◆ Exercise description ◆
From the entries, copy out every line in which the word "through" is found.

◆ Data shown ◆
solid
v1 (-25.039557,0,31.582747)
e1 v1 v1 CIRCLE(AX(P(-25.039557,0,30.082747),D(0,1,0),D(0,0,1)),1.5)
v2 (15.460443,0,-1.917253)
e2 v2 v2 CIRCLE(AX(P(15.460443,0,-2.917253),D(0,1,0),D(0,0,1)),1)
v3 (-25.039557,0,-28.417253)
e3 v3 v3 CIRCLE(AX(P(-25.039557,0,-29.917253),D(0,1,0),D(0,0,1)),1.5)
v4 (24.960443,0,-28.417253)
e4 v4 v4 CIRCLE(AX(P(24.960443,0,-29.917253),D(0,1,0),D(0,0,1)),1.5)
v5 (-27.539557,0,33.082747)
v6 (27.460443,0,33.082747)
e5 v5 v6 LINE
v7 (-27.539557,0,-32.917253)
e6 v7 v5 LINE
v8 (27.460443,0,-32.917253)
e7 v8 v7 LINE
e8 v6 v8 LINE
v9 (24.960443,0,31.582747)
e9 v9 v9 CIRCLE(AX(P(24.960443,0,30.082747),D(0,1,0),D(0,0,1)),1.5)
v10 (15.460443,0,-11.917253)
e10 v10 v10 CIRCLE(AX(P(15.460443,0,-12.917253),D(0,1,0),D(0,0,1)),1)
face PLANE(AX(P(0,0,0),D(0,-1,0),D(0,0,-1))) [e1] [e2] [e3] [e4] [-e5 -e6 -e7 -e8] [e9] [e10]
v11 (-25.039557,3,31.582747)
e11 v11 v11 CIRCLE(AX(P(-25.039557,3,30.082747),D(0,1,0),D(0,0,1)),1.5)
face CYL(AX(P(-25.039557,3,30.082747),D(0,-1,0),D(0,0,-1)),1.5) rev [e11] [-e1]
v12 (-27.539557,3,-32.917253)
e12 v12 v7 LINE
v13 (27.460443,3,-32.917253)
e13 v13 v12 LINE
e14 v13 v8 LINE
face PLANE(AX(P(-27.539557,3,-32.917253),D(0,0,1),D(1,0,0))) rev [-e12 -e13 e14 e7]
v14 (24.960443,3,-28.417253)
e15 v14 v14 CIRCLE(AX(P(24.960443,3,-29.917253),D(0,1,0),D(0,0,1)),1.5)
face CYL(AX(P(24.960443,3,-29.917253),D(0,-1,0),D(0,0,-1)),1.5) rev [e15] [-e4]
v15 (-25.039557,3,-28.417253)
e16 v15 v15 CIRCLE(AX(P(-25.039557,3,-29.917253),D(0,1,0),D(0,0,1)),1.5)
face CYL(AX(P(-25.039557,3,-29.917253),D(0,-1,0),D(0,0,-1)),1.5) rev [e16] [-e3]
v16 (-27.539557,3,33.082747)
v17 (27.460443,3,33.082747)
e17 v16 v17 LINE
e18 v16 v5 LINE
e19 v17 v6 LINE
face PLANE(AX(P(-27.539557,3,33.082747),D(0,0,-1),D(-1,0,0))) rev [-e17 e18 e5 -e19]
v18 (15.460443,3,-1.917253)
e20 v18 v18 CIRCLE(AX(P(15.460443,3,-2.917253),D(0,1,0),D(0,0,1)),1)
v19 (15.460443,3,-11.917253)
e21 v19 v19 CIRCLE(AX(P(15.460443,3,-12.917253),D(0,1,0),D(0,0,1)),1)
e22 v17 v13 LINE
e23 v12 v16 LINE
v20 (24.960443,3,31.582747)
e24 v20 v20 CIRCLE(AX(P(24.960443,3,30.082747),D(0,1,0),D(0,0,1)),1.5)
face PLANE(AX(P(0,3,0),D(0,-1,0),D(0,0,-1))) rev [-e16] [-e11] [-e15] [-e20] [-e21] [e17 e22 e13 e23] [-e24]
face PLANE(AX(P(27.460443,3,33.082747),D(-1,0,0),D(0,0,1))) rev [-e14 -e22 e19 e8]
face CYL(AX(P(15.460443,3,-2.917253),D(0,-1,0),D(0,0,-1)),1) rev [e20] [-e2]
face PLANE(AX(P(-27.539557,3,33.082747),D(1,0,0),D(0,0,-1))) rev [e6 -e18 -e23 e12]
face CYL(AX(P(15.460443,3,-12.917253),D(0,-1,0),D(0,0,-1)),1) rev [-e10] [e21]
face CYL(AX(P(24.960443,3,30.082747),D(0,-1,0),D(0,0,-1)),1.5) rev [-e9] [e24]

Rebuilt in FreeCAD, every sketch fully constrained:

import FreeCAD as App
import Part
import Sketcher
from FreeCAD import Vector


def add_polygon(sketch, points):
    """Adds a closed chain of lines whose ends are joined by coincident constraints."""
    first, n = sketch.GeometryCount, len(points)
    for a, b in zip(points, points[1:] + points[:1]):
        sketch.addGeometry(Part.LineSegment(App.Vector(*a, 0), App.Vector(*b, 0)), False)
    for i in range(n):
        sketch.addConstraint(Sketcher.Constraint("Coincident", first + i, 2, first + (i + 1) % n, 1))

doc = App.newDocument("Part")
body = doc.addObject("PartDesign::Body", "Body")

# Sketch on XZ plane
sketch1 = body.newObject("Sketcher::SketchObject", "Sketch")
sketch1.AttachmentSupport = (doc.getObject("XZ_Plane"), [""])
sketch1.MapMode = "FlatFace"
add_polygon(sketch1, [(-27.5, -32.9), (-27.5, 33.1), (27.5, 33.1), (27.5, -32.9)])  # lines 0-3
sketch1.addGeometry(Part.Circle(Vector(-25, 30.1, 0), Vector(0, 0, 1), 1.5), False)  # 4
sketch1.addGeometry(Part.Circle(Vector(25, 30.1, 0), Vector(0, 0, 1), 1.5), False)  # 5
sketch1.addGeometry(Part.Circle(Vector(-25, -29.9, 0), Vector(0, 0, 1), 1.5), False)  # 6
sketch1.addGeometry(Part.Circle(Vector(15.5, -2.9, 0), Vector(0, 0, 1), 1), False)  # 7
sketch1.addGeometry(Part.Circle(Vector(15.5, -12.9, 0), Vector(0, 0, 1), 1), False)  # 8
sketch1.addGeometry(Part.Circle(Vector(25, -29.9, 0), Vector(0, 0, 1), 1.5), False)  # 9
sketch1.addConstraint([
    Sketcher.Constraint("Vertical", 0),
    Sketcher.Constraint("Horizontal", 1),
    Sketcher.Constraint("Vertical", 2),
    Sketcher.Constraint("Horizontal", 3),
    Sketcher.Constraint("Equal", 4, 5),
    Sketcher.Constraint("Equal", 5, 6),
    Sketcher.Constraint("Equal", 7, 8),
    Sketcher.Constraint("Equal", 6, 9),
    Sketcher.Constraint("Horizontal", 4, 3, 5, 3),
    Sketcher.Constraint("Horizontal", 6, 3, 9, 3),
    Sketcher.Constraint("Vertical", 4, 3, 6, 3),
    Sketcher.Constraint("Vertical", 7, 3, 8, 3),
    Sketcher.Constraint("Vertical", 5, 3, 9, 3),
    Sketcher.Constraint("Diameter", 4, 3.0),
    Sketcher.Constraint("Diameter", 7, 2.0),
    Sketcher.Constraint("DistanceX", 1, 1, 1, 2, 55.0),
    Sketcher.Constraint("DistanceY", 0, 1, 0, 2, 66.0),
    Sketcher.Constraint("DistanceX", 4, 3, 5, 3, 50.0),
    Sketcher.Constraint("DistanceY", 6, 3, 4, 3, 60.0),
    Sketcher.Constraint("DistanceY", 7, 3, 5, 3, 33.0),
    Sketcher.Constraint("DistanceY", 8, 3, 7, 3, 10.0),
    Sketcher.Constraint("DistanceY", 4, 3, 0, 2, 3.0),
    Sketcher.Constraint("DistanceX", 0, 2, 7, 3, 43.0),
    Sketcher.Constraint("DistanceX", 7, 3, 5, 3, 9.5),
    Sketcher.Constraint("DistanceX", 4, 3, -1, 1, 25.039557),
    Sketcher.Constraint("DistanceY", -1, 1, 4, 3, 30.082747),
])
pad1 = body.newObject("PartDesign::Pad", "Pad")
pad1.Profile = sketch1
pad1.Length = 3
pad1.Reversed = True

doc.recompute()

* * *

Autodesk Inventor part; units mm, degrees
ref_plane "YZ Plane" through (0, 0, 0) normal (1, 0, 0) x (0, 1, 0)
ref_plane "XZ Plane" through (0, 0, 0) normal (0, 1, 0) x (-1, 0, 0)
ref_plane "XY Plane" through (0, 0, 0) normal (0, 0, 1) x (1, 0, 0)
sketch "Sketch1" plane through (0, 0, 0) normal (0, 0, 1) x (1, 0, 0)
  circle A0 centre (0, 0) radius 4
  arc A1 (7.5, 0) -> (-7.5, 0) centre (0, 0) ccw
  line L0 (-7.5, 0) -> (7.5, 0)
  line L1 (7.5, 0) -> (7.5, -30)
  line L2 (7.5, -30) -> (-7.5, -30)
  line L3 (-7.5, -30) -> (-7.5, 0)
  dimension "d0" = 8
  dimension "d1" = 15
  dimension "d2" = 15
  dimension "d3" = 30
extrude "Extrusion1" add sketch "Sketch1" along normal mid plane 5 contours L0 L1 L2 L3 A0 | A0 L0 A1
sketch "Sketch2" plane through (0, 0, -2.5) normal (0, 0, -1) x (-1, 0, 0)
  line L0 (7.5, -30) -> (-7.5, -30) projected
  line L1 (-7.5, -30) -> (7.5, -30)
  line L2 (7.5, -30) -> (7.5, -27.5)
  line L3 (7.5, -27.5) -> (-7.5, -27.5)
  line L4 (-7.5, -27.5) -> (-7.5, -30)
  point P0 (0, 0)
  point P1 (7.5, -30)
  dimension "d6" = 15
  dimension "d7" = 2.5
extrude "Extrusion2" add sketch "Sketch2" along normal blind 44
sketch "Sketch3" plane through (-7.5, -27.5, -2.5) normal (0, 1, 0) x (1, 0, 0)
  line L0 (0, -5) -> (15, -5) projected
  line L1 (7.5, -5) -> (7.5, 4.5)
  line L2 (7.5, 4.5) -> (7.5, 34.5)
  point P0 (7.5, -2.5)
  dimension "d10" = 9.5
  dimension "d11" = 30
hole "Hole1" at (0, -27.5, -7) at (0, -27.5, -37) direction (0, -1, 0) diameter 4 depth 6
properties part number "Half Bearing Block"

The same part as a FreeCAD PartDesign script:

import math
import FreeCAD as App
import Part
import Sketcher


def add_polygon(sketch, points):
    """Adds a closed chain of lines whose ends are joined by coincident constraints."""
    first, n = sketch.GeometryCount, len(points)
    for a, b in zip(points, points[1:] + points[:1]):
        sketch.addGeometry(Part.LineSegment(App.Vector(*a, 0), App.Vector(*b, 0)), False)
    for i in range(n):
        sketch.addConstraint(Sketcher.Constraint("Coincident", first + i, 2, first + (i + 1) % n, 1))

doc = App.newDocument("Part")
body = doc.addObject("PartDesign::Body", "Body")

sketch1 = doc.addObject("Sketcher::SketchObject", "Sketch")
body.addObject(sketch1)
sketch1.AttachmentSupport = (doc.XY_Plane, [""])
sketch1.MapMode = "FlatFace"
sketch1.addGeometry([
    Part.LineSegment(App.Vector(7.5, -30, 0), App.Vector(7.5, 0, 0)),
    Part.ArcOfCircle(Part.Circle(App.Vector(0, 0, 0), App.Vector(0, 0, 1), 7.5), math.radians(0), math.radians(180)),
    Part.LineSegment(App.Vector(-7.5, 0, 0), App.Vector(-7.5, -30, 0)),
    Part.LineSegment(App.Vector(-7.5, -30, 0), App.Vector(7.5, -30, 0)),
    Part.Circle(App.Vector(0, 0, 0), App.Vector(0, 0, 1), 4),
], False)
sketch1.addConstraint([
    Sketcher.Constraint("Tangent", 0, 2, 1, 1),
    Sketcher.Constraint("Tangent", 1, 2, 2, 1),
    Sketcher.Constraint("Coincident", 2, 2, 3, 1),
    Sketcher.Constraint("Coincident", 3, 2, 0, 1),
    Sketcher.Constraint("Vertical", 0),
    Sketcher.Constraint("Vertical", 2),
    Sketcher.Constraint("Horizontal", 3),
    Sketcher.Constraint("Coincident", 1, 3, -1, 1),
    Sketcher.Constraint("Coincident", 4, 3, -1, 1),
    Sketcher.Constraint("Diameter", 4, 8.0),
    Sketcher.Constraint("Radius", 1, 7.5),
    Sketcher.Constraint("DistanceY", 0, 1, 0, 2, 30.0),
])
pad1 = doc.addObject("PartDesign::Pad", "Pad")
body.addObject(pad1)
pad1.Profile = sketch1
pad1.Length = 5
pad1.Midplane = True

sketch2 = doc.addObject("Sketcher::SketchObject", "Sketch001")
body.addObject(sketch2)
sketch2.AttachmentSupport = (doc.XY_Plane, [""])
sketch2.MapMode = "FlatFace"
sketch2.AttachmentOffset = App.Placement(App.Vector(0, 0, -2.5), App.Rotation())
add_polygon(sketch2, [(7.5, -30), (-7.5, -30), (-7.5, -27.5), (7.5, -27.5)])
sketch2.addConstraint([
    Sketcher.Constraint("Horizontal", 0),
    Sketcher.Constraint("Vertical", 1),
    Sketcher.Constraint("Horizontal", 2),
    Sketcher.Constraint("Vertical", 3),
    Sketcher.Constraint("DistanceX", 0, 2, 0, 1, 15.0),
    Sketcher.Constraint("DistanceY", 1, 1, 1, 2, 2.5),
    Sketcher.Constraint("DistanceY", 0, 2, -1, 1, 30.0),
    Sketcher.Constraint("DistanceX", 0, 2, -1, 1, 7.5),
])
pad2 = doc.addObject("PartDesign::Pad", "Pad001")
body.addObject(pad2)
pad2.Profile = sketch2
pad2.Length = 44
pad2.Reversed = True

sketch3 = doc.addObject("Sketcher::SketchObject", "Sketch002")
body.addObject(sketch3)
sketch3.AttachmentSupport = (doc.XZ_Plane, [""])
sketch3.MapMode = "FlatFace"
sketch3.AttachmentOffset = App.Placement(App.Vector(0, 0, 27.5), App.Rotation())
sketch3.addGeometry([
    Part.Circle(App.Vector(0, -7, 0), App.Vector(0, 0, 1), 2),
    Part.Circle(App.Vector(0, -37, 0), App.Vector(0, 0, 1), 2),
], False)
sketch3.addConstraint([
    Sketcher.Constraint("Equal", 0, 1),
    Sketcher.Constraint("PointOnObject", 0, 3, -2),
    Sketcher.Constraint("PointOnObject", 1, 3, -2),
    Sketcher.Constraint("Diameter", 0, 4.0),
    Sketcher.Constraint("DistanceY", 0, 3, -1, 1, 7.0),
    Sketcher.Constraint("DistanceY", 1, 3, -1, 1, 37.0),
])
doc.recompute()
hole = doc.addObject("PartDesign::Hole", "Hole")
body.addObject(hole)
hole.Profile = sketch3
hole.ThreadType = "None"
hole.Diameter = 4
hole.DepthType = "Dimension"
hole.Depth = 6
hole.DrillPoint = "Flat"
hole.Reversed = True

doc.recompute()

◆ Answer space ◆
ref_plane "YZ Plane" through (0, 0, 0) normal (1, 0, 0) x (0, 1, 0)
ref_plane "XZ Plane" through (0, 0, 0) normal (0, 1, 0) x (-1, 0, 0)
ref_plane "XY Plane" through (0, 0, 0) normal (0, 0, 1) x (1, 0, 0)
sketch "Sketch1" plane through (0, 0, 0) normal (0, 0, 1) x (1, 0, 0)
sketch "Sketch2" plane through (0, 0, -2.5) normal (0, 0, -1) x (-1, 0, 0)
sketch "Sketch3" plane through (-7.5, -27.5, -2.5) normal (0, 1, 0) x (1, 0, 0)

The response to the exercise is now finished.